**WORK INSTRUCTION:**
Among the entries below, extract exactly the lines that run from the one with "#55=VERTEX_POINT('',#54);" through the one with "#73=ORIENTED_EDGE('',*,*,#72,.F.);", both ends included.

---------- INPUT DATA ----------

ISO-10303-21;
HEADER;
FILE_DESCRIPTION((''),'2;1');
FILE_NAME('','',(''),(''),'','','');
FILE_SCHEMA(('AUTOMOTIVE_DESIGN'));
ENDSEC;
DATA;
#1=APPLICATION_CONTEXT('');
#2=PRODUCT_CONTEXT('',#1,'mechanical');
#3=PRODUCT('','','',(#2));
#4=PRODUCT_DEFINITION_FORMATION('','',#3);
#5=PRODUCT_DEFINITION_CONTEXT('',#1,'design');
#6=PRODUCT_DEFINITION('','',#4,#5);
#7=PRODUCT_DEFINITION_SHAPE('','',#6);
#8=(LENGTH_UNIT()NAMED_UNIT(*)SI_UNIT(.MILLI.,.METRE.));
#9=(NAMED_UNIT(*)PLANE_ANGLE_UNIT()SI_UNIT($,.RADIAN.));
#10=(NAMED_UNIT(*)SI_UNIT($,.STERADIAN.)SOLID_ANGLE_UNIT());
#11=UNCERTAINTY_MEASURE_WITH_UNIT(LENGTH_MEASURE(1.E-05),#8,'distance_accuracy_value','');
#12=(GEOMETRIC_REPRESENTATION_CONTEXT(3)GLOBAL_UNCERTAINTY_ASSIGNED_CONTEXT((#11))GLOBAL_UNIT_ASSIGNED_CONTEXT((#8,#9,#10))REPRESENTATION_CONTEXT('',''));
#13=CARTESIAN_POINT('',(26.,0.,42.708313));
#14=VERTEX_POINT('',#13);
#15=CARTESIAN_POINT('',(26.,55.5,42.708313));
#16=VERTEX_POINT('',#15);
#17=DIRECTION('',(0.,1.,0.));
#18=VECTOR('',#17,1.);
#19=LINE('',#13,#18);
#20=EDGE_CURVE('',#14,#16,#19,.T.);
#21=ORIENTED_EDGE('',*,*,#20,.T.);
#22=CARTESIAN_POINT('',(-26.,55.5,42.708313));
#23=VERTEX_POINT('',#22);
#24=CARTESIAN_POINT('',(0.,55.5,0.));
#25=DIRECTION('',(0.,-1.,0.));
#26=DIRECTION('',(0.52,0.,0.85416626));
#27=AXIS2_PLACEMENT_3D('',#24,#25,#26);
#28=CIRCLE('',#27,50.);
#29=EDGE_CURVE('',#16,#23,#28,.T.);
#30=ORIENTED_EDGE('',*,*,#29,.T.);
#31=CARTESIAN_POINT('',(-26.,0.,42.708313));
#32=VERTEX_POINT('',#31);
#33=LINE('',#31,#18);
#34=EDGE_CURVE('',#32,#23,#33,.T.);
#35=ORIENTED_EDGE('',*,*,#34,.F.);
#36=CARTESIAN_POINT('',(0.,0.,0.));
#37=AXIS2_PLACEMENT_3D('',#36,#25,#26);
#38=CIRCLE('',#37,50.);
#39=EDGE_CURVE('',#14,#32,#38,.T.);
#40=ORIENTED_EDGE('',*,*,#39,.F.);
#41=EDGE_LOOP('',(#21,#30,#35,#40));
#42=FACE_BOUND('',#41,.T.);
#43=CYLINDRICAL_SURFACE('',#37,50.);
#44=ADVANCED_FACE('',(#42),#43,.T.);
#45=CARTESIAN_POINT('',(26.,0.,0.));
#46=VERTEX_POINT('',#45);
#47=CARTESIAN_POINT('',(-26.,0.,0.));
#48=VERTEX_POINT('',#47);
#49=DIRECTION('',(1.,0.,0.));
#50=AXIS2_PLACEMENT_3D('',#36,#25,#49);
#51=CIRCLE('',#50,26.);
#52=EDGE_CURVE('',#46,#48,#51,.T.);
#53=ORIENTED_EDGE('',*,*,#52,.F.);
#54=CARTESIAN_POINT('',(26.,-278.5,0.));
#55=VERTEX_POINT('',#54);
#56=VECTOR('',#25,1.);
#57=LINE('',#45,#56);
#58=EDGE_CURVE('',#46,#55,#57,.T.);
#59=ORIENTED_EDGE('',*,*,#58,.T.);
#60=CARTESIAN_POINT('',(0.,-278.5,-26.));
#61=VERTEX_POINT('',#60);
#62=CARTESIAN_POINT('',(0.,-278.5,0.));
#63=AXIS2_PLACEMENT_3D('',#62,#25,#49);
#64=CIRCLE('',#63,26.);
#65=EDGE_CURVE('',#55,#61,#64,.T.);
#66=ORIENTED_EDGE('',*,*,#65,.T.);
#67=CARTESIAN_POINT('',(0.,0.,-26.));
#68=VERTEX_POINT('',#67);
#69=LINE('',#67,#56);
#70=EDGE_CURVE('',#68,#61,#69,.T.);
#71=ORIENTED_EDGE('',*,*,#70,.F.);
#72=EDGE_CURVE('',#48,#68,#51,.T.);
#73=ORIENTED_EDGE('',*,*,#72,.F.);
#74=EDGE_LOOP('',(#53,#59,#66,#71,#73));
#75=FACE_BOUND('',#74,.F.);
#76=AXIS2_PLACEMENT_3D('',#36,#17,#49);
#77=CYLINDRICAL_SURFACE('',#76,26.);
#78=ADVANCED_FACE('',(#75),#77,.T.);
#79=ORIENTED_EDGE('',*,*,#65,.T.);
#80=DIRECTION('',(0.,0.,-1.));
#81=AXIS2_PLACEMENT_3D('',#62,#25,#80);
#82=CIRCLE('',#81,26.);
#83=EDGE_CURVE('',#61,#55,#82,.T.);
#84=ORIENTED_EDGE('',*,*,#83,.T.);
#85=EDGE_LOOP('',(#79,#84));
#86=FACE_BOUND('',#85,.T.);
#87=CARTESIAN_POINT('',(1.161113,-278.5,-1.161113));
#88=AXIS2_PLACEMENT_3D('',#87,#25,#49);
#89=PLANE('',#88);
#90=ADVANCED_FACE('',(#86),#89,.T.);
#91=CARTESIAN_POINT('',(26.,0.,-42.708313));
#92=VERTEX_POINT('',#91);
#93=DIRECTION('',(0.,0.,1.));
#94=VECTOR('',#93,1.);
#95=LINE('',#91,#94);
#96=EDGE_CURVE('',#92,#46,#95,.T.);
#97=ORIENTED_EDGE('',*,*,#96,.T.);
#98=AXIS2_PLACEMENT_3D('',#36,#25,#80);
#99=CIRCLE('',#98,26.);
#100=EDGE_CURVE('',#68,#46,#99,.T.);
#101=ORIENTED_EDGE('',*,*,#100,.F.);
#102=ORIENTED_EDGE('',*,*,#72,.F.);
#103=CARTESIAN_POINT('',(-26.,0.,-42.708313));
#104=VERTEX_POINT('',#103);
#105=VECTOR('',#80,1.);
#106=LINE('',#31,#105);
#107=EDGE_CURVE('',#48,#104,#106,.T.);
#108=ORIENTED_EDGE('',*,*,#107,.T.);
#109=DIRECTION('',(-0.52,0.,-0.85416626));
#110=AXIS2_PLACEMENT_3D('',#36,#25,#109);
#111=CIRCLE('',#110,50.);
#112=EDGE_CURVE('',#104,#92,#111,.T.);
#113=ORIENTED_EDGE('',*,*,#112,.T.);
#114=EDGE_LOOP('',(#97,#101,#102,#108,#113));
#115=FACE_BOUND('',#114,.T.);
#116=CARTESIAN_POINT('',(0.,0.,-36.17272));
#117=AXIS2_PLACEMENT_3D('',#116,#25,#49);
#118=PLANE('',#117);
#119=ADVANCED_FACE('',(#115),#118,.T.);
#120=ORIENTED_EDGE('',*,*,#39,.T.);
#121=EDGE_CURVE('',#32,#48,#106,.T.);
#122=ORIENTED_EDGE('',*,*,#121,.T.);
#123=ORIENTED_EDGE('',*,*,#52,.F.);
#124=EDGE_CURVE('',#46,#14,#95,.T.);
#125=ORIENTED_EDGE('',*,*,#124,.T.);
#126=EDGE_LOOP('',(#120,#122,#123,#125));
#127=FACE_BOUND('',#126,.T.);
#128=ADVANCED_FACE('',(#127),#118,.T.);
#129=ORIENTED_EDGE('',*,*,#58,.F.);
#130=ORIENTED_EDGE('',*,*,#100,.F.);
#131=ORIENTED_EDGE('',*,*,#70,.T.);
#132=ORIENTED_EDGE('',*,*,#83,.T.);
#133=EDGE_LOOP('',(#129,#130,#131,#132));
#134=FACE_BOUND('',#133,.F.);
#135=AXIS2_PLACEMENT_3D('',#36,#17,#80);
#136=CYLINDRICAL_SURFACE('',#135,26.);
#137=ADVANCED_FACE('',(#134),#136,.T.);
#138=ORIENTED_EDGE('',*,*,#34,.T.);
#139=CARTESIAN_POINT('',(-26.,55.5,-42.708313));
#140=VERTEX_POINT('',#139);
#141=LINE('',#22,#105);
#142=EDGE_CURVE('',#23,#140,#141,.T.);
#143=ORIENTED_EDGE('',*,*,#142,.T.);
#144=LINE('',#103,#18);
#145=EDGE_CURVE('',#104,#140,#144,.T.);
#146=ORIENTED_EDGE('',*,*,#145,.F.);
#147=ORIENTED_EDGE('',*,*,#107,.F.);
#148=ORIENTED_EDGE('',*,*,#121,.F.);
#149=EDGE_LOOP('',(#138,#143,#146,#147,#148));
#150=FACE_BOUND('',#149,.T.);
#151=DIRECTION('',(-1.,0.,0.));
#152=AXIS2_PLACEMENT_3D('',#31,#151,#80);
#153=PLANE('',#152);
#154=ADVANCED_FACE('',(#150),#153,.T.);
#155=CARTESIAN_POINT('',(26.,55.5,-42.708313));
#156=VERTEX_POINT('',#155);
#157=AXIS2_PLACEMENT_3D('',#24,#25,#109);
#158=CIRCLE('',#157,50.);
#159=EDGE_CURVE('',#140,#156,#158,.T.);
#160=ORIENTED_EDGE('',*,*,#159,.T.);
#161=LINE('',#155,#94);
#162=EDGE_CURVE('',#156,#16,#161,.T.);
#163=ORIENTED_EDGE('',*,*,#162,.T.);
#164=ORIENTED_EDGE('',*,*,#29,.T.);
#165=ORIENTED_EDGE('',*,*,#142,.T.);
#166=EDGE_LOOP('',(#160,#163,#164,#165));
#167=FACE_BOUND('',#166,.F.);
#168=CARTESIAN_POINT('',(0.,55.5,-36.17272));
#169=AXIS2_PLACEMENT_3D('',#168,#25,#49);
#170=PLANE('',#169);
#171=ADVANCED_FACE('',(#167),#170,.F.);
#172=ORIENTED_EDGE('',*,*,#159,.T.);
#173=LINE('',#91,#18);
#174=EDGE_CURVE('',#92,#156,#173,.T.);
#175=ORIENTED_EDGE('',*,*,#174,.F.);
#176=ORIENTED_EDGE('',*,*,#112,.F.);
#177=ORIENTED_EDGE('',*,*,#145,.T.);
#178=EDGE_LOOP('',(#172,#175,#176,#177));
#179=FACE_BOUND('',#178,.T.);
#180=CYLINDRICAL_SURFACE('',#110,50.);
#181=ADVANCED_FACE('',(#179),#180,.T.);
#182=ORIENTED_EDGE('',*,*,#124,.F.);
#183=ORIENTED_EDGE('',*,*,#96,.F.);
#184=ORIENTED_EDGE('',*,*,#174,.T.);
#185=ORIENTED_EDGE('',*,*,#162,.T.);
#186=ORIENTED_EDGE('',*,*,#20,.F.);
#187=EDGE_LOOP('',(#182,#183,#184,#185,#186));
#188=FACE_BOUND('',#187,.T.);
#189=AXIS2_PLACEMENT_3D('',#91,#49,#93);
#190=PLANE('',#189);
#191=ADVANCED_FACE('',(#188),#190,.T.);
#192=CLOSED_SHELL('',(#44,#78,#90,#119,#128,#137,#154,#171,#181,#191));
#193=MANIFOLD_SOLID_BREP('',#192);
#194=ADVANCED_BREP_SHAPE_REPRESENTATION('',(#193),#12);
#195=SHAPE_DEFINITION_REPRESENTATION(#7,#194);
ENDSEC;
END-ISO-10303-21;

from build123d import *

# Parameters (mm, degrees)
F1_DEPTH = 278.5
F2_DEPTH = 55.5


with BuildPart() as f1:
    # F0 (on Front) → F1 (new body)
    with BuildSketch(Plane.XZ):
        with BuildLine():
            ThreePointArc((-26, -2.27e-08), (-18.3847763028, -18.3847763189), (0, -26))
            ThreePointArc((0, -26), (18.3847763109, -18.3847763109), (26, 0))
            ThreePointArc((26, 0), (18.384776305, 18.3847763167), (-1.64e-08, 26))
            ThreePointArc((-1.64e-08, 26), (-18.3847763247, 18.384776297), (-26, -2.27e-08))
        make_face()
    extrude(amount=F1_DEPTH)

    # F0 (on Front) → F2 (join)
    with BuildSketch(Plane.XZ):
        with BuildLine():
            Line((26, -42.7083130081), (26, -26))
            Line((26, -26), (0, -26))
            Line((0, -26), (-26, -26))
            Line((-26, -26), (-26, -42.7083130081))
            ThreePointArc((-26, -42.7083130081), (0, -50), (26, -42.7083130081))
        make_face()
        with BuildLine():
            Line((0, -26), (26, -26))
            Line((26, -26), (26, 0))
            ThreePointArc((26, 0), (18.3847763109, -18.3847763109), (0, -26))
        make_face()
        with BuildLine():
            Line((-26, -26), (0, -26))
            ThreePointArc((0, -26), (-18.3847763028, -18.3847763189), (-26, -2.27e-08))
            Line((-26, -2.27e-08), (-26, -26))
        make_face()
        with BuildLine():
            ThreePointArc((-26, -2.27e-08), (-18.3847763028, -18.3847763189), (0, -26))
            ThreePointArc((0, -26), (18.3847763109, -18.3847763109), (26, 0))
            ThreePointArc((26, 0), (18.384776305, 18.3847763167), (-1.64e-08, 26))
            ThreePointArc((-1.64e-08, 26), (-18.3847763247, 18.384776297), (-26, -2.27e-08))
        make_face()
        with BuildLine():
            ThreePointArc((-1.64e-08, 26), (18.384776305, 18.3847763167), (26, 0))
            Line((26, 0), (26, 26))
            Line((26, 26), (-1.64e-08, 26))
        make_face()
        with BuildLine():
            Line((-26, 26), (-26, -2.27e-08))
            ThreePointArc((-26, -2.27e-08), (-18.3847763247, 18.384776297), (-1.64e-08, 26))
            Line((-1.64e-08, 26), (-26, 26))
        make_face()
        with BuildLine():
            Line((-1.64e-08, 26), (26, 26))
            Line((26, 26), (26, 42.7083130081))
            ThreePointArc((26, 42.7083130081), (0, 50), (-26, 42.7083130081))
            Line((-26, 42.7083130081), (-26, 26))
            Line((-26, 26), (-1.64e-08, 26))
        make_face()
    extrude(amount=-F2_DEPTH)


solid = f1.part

----------
---------- INPUT DATA ----------

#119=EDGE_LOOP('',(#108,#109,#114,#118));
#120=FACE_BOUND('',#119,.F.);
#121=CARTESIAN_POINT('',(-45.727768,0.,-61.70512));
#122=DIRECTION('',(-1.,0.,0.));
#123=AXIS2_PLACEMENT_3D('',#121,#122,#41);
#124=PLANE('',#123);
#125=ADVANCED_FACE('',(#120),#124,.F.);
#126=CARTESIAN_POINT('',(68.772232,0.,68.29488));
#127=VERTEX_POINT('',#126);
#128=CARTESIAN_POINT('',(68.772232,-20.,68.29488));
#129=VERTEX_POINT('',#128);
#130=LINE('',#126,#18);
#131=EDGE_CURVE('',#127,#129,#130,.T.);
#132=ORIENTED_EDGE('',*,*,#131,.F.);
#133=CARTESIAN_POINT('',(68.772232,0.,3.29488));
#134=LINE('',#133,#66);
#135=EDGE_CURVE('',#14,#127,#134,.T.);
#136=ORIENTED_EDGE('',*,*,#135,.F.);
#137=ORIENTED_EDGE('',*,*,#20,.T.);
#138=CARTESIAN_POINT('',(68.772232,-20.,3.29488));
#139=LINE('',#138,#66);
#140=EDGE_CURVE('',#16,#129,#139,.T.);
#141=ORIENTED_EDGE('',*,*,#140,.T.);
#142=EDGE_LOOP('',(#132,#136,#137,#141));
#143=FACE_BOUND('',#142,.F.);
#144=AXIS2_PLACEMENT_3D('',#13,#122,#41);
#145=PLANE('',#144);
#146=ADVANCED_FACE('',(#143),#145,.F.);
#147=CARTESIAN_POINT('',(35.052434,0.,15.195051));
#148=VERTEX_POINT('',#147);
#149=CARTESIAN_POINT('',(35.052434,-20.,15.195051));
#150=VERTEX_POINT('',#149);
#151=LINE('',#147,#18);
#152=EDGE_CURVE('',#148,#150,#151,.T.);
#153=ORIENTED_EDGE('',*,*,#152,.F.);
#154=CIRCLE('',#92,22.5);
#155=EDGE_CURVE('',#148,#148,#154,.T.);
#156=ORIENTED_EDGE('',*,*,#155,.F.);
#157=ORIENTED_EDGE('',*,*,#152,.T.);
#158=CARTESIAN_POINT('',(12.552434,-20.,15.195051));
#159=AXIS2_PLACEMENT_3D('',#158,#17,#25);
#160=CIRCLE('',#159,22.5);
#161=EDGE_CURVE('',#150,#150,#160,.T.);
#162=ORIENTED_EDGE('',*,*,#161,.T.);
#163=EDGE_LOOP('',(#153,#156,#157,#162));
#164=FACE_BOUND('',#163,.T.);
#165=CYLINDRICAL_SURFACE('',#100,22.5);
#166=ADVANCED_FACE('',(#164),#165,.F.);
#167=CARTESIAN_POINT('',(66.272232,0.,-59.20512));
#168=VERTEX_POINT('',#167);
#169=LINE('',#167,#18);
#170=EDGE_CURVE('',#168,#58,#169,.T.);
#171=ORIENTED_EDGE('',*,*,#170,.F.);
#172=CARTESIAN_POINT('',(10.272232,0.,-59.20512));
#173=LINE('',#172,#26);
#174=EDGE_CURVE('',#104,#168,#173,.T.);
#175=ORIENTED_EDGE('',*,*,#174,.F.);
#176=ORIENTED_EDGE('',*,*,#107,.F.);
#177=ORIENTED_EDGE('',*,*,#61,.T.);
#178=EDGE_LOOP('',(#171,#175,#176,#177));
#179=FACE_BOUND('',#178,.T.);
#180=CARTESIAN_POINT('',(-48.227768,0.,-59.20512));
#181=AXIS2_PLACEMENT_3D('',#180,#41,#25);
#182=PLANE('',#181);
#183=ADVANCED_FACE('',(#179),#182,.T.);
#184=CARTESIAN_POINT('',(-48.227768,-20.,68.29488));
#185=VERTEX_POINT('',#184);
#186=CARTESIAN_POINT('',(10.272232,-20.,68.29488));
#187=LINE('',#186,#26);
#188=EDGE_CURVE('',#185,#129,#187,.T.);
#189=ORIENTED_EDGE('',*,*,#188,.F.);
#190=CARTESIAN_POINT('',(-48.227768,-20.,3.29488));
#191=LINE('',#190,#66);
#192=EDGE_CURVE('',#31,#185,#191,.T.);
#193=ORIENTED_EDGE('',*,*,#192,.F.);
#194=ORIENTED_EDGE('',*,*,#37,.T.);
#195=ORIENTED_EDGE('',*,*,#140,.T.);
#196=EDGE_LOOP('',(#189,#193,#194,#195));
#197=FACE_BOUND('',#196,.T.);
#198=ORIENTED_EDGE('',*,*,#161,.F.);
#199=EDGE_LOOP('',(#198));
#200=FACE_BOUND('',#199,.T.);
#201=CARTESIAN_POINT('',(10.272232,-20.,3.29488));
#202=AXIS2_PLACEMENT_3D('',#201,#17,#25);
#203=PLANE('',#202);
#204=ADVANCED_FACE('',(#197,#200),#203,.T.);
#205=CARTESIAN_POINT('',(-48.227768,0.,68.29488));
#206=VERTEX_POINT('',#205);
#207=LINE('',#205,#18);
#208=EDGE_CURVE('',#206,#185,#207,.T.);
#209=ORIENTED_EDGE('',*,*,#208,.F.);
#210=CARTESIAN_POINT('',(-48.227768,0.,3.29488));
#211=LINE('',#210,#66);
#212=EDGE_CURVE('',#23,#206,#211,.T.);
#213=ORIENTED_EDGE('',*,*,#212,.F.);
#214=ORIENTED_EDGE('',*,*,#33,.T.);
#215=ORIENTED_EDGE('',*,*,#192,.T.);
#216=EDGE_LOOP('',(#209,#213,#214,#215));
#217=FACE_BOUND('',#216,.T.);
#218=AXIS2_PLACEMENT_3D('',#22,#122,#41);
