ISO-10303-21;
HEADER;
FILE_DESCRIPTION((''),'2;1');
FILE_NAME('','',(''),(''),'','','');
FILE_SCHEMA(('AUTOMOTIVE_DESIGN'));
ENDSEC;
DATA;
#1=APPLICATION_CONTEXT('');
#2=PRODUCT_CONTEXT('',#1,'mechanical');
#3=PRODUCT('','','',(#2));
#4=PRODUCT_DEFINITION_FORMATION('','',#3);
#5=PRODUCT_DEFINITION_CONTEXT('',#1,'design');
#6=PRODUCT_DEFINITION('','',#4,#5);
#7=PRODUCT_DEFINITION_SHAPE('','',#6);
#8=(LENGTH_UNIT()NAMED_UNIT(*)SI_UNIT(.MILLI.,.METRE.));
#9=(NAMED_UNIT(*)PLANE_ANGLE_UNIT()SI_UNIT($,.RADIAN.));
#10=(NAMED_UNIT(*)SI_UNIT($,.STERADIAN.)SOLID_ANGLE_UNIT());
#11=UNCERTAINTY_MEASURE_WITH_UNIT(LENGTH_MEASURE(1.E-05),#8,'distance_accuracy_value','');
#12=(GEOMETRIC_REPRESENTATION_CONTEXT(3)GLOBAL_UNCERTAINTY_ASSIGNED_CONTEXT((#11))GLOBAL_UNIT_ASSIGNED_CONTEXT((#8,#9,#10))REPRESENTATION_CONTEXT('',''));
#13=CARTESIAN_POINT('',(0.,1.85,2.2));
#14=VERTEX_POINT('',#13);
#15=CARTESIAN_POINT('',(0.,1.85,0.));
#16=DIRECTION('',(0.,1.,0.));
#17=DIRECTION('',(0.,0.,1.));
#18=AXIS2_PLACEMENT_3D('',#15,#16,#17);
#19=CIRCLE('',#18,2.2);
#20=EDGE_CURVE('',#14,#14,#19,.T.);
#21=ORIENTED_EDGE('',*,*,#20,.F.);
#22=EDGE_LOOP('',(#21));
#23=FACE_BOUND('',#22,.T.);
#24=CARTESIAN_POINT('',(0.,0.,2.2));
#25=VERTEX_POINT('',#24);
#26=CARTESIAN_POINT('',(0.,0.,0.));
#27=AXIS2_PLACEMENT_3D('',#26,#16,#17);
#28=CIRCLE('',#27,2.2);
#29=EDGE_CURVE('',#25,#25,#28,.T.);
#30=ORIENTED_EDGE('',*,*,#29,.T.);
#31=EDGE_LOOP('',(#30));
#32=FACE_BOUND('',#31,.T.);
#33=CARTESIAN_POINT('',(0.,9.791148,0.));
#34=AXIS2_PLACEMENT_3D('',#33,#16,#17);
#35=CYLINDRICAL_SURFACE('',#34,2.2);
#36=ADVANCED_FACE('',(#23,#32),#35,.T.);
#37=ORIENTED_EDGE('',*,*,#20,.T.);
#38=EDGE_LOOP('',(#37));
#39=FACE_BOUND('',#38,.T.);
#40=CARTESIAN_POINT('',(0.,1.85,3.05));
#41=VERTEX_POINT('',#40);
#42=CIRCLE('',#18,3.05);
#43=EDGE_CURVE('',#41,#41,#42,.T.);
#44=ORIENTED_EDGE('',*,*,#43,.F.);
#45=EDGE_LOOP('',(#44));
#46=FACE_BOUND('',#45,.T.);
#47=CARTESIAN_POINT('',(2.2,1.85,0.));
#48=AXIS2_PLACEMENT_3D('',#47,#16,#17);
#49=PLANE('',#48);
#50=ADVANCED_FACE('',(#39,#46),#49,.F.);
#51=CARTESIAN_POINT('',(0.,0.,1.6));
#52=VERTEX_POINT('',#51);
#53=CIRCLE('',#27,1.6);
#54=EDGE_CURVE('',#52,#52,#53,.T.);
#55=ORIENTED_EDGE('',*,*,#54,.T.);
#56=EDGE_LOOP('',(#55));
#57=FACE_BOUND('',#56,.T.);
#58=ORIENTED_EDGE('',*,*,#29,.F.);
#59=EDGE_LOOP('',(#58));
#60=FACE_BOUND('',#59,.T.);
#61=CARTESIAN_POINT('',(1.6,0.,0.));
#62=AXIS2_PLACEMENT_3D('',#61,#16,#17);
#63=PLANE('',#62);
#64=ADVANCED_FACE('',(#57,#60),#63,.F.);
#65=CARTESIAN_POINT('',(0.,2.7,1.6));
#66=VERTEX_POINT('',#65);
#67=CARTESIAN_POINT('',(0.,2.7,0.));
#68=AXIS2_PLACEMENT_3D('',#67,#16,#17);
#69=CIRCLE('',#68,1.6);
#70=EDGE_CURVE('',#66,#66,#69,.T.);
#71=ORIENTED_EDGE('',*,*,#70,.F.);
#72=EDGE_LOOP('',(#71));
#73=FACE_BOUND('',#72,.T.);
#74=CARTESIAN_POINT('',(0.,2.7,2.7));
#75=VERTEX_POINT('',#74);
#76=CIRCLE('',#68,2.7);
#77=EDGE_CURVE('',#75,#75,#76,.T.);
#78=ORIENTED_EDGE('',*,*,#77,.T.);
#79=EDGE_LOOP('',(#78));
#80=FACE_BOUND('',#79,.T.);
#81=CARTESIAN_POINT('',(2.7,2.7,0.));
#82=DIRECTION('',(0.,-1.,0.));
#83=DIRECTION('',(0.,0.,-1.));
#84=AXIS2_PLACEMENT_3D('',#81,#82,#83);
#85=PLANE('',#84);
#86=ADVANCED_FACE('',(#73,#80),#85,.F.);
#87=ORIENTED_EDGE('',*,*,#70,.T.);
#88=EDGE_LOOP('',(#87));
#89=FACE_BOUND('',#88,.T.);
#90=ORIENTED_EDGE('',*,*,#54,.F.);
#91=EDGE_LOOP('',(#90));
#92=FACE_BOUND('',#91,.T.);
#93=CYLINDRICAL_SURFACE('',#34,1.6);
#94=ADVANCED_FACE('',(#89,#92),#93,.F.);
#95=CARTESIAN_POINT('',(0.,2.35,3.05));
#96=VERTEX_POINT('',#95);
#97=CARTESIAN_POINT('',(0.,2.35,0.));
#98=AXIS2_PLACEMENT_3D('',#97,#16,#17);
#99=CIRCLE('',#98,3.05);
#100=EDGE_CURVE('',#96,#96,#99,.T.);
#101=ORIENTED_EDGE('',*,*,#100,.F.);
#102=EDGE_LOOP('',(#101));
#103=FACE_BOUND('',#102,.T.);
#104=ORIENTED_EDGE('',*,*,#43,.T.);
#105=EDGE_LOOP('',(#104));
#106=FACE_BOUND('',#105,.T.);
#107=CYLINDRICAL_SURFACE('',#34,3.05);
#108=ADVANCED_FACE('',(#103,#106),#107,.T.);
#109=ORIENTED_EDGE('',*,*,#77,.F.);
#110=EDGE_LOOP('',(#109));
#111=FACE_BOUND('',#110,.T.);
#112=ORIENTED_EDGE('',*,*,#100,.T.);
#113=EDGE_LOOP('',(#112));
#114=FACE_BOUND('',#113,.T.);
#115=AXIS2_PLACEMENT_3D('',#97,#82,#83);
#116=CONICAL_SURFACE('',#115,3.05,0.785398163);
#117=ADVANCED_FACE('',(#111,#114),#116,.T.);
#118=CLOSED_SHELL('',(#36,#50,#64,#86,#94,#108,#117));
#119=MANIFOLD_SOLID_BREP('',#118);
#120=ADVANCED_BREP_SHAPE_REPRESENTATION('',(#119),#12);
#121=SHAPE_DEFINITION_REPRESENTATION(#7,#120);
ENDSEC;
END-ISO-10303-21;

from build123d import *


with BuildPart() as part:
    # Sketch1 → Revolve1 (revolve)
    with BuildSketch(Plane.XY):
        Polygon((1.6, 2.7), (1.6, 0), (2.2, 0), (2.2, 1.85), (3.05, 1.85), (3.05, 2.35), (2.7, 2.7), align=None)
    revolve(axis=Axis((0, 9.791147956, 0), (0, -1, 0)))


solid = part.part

----------

**WRITTEN ANSWER:**
#55=VERTEX_POINT('',#54);
#56=VECTOR('',#25,1.);
#57=LINE('',#45,#56);
#58=EDGE_CURVE('',#46,#55,#57,.T.);
#59=ORIENTED_EDGE('',*,*,#58,.T.);
#60=CARTESIAN_POINT('',(0.,-278.5,-26.));
#61=VERTEX_POINT('',#60);
#62=CARTESIAN_POINT('',(0.,-278.5,0.));
#63=AXIS2_PLACEMENT_3D('',#62,#25,#49);
#64=CIRCLE('',#63,26.);
#65=EDGE_CURVE('',#55,#61,#64,.T.);
#66=ORIENTED_EDGE('',*,*,#65,.T.);
#67=CARTESIAN_POINT('',(0.,0.,-26.));
#68=VERTEX_POINT('',#67);
#69=LINE('',#67,#56);
#70=EDGE_CURVE('',#68,#61,#69,.T.);
#71=ORIENTED_EDGE('',*,*,#70,.F.);
#72=EDGE_CURVE('',#48,#68,#51,.T.);
#73=ORIENTED_EDGE('',*,*,#72,.F.);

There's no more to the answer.